RECORD SET:
◇ ◇ ◇
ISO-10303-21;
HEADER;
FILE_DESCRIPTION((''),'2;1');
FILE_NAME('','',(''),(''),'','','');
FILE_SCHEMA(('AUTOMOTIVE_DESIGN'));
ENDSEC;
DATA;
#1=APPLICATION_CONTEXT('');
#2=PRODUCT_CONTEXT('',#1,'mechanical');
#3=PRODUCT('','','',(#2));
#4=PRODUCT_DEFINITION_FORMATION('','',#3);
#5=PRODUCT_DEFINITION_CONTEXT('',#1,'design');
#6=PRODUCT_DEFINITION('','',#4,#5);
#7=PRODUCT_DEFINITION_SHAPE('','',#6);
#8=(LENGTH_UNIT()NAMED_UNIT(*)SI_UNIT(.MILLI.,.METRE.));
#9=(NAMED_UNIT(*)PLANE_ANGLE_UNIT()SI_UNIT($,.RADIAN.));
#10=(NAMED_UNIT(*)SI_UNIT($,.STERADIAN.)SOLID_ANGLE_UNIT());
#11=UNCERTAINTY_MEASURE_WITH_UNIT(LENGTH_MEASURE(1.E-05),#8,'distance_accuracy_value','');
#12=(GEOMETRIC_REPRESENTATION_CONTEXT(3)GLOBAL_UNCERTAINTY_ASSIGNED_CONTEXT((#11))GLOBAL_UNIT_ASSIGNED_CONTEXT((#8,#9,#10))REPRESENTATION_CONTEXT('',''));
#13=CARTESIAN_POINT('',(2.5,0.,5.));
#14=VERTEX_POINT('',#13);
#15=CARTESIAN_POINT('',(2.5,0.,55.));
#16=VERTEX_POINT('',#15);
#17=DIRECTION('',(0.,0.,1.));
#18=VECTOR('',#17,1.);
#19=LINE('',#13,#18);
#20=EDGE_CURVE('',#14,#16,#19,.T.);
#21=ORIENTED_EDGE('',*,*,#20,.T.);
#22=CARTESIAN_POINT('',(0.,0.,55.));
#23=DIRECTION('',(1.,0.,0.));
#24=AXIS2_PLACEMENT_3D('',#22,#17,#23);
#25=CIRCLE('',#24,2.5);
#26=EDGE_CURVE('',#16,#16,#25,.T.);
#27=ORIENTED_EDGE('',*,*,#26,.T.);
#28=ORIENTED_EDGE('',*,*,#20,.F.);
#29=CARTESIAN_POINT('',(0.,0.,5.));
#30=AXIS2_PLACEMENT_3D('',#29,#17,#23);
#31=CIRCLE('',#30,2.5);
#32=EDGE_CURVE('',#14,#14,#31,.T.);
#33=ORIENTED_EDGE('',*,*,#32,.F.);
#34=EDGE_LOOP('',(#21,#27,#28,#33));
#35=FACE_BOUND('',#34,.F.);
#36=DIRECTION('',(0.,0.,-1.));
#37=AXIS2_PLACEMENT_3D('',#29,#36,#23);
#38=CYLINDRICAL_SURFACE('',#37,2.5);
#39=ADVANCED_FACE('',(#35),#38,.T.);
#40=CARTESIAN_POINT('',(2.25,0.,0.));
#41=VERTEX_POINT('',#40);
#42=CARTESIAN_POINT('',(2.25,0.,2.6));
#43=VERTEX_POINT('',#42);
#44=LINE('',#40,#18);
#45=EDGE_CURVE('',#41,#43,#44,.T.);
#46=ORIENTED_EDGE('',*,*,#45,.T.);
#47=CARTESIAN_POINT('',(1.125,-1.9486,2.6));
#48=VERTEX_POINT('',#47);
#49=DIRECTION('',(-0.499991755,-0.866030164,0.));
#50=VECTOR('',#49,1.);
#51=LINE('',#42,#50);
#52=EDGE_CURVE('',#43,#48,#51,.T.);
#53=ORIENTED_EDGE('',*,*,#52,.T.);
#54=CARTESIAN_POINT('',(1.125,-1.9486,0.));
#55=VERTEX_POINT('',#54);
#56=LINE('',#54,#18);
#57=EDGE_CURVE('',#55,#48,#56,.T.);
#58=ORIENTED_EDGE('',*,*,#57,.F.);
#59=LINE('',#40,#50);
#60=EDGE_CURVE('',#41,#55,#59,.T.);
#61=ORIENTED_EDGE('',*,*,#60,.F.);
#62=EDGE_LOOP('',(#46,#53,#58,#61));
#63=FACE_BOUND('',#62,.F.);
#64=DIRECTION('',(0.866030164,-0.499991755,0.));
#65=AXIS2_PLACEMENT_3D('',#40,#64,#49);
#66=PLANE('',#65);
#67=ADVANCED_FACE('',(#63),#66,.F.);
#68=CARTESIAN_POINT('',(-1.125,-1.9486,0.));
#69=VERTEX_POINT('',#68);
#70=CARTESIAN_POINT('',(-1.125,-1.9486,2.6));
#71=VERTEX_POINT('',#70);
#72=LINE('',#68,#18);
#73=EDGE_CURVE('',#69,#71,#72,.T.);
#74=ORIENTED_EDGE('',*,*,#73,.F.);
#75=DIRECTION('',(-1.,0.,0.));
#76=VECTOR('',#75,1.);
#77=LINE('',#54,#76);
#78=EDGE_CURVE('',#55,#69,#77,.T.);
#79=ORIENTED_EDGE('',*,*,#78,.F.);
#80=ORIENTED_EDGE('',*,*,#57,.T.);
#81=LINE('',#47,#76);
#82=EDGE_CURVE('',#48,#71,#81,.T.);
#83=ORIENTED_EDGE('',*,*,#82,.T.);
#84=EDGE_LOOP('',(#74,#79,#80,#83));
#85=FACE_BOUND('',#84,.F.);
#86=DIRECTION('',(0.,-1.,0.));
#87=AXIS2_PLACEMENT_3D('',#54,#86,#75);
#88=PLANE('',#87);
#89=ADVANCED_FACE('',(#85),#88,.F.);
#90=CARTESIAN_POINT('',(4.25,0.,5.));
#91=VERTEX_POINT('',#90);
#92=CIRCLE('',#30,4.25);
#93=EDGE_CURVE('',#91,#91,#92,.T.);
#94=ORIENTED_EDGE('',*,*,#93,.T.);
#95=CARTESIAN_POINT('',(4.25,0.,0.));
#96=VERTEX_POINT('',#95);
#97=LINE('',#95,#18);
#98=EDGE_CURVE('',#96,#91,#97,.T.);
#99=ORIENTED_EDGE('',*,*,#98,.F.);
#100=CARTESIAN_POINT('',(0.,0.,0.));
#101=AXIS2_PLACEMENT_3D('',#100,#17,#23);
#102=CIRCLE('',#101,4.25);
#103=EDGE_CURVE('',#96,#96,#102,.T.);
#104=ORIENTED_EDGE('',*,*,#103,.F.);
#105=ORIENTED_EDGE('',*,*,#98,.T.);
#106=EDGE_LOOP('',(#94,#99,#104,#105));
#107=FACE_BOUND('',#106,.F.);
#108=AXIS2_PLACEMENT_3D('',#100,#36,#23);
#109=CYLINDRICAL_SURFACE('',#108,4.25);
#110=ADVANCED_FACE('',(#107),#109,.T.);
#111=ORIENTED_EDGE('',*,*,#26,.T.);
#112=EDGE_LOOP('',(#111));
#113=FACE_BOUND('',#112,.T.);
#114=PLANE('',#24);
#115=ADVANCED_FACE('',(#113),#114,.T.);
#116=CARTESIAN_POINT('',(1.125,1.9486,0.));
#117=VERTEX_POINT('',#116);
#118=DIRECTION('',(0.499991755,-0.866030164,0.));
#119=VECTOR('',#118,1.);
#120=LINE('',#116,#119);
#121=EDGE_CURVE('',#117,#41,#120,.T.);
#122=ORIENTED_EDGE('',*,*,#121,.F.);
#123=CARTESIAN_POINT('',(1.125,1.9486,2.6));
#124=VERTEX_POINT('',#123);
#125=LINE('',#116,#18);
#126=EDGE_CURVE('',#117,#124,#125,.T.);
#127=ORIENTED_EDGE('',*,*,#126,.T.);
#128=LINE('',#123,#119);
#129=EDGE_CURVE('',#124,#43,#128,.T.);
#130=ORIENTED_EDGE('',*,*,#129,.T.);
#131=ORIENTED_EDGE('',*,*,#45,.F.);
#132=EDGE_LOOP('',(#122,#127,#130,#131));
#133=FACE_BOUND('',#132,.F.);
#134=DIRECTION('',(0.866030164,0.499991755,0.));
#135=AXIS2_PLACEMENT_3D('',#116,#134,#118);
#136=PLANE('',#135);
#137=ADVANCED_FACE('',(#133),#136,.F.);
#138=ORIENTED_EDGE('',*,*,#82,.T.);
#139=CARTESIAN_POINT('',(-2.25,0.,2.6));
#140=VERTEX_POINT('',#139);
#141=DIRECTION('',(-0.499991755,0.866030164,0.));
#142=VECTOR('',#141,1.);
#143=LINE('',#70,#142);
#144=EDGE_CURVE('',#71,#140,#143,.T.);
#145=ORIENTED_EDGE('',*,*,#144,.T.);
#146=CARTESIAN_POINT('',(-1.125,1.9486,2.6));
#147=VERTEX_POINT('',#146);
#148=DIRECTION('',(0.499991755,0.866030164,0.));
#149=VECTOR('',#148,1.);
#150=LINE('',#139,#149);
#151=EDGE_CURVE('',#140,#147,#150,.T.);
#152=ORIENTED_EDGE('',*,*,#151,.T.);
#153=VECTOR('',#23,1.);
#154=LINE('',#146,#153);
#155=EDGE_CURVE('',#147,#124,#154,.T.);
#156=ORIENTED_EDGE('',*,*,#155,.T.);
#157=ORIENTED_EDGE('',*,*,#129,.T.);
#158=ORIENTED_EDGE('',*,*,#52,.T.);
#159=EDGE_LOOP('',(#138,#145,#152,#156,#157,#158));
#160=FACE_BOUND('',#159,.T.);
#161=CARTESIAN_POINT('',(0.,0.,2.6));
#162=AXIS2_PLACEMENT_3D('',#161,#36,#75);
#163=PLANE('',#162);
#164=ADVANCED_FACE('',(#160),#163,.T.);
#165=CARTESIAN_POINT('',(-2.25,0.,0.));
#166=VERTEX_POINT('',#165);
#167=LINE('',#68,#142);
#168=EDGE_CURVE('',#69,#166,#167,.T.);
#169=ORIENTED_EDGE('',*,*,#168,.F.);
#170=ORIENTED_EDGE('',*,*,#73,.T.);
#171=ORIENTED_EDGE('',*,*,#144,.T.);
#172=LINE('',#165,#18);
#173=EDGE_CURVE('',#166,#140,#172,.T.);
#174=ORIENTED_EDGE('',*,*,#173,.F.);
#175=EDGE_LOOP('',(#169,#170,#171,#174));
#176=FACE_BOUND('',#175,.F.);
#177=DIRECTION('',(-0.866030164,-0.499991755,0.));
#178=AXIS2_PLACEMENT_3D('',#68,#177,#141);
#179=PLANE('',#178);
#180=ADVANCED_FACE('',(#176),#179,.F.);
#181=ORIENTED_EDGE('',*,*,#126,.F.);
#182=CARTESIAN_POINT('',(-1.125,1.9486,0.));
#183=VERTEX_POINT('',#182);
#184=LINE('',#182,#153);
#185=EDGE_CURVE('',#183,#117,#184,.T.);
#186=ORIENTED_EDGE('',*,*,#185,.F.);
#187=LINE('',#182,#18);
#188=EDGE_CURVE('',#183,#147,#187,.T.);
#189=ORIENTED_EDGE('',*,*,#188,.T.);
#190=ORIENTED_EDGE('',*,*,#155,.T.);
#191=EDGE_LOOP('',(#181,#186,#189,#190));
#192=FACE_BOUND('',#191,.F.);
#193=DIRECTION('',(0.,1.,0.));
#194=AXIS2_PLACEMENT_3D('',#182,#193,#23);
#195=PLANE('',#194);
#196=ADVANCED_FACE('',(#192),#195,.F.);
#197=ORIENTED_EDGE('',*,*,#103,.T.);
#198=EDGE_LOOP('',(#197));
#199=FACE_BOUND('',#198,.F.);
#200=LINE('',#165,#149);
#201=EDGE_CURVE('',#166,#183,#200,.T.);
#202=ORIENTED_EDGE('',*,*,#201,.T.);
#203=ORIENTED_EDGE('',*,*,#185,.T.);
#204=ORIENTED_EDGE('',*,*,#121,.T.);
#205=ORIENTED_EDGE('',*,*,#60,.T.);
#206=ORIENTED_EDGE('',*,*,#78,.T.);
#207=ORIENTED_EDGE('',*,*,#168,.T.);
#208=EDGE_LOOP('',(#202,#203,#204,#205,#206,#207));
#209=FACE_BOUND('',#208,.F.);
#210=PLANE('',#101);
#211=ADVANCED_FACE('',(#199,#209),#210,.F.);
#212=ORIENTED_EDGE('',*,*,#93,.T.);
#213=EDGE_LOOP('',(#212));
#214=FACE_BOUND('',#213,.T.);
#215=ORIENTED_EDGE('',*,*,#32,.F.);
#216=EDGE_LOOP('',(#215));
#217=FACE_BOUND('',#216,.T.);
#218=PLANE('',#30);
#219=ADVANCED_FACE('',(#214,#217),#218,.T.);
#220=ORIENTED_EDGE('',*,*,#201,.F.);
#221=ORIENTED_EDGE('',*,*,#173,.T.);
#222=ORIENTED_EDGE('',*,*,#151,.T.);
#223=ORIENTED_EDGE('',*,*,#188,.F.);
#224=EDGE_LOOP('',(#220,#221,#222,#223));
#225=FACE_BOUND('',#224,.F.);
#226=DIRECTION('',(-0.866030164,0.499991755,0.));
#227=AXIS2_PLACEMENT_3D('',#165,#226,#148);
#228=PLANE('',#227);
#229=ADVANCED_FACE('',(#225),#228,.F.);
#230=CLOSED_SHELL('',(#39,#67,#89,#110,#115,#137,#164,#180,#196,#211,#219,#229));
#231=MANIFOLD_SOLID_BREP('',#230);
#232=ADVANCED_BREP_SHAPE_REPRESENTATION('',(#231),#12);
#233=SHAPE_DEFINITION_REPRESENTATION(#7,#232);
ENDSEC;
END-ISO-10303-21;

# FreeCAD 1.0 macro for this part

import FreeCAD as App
import Part
import Sketcher

V = App.Vector
Q = App.Units.Quantity

doc = App.newDocument("Part")
body = doc.addObject("PartDesign::Body", "Body")

sketch1 = doc.addObject("Sketcher::SketchObject", "Sketch")
body.addObject(sketch1)
sketch1.AttachmentSupport = (doc.XY_Plane, [""])
sketch1.MapMode = "FlatFace"
sketch1.addGeometry(Part.Circle(V(0, 0, 0), V(0, 0, 1), 4.2), False)
sketch1.addConstraint([
    Sketcher.Constraint("Coincident", 0, 3, -1, 1),
    Sketcher.Constraint("Diameter", 0, Q("8.5 mm")),
])
pad1 = doc.addObject("PartDesign::Pad", "Pad")
body.addObject(pad1)
pad1.Profile = sketch1
pad1.Length = 5

sketch2 = doc.addObject("Sketcher::SketchObject", "Sketch001")
body.addObject(sketch2)
sketch2.AttachmentSupport = (doc.XY_Plane, [""])
sketch2.MapMode = "FlatFace"
sketch2.AttachmentOffset = App.Placement(V(0, 0, 5), App.Rotation())
sketch2.addGeometry(Part.Circle(V(0, 0, 0), V(0, 0, 1), 2.5), False)
sketch2.addConstraint([
    Sketcher.Constraint("Coincident", 0, 3, -1, 1),
    Sketcher.Constraint("Diameter", 0, Q("5 mm")),
])
pad2 = doc.addObject("PartDesign::Pad", "Pad001")
body.addObject(pad2)
pad2.Profile = sketch2
pad2.Length = 50

sketch3 = doc.addObject("Sketcher::SketchObject", "Sketch002")
body.addObject(sketch3)
sketch3.AttachmentSupport = (doc.XY_Plane, [""])
sketch3.MapMode = "FlatFace"
sketch3.addGeometry([
    Part.LineSegment(V(-1.1, -1.9, 0), V(-2.2, 0, 0)),
    Part.LineSegment(V(-2.2, 0, 0), V(-1.1, 1.9, 0)),
    Part.LineSegment(V(-1.1, 1.9, 0), V(1.1, 1.9, 0)),
    Part.LineSegment(V(1.1, 1.9, 0), V(2.2, 0, 0)),
    Part.LineSegment(V(2.2, 0, 0), V(1.1, -1.9, 0)),
    Part.LineSegment(V(1.1, -1.9, 0), V(-1.1, -1.9, 0)),
], False)
sketch3.addConstraint([
    Sketcher.Constraint("Coincident", 0, 2, 1, 1),
    Sketcher.Constraint("Coincident", 1, 2, 2, 1),
    Sketcher.Constraint("Coincident", 2, 2, 3, 1),
    Sketcher.Constraint("Coincident", 3, 2, 4, 1),
    Sketcher.Constraint("Coincident", 4, 2, 5, 1),
    Sketcher.Constraint("Coincident", 5, 2, 0, 1),
    Sketcher.Constraint("Horizontal", 2),
    Sketcher.Constraint("Horizontal", 5),
    Sketcher.Constraint("Symmetric", 0, 2, 3, 2, -1, 1),
    Sketcher.Constraint("Symmetric", 1, 2, 4, 2, -1, 1),
    Sketcher.Constraint("PointOnObject", 0, 2, -1),
    Sketcher.Constraint("Parallel", 0, 3),
    Sketcher.Constraint("Vertical", 2, 2, 4, 2),
    Sketcher.Constraint("Angle", 0, Q("119.9995 deg")),
    Sketcher.Constraint("DistanceX", 2, 1, 2, 2, Q("2.25 mm")),
    Sketcher.Constraint("DistanceX", 0, 2, 3, 2, Q("4.5 mm")),
])
pocket1 = doc.addObject("PartDesign::Pocket", "Pocket")
body.addObject(pocket1)
pocket1.Profile = sketch3
pocket1.Length = 2.6
pocket1.Reversed = True

doc.recompute()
◇ ◇ ◇
YOUR INSTRUCTIONS:
Retype only the stretch of lines above starting at the one with "#88=PLANE('',#87);" and stopping at the one with "#98=EDGE_CURVE('',#96,#91,#97,.T.);", exactly as written, with both kept.

RESPONSE FOR THIS EXERCISE:
#88=PLANE('',#87);
#89=ADVANCED_FACE('',(#85),#88,.F.);
#90=CARTESIAN_POINT('',(4.25,0.,5.));
#91=VERTEX_POINT('',#90);
#92=CIRCLE('',#30,4.25);
#93=EDGE_CURVE('',#91,#91,#92,.T.);
#94=ORIENTED_EDGE('',*,*,#93,.T.);
#95=CARTESIAN_POINT('',(4.25,0.,0.));
#96=VERTEX_POINT('',#95);
#97=LINE('',#95,#18);
#98=EDGE_CURVE('',#96,#91,#97,.T.);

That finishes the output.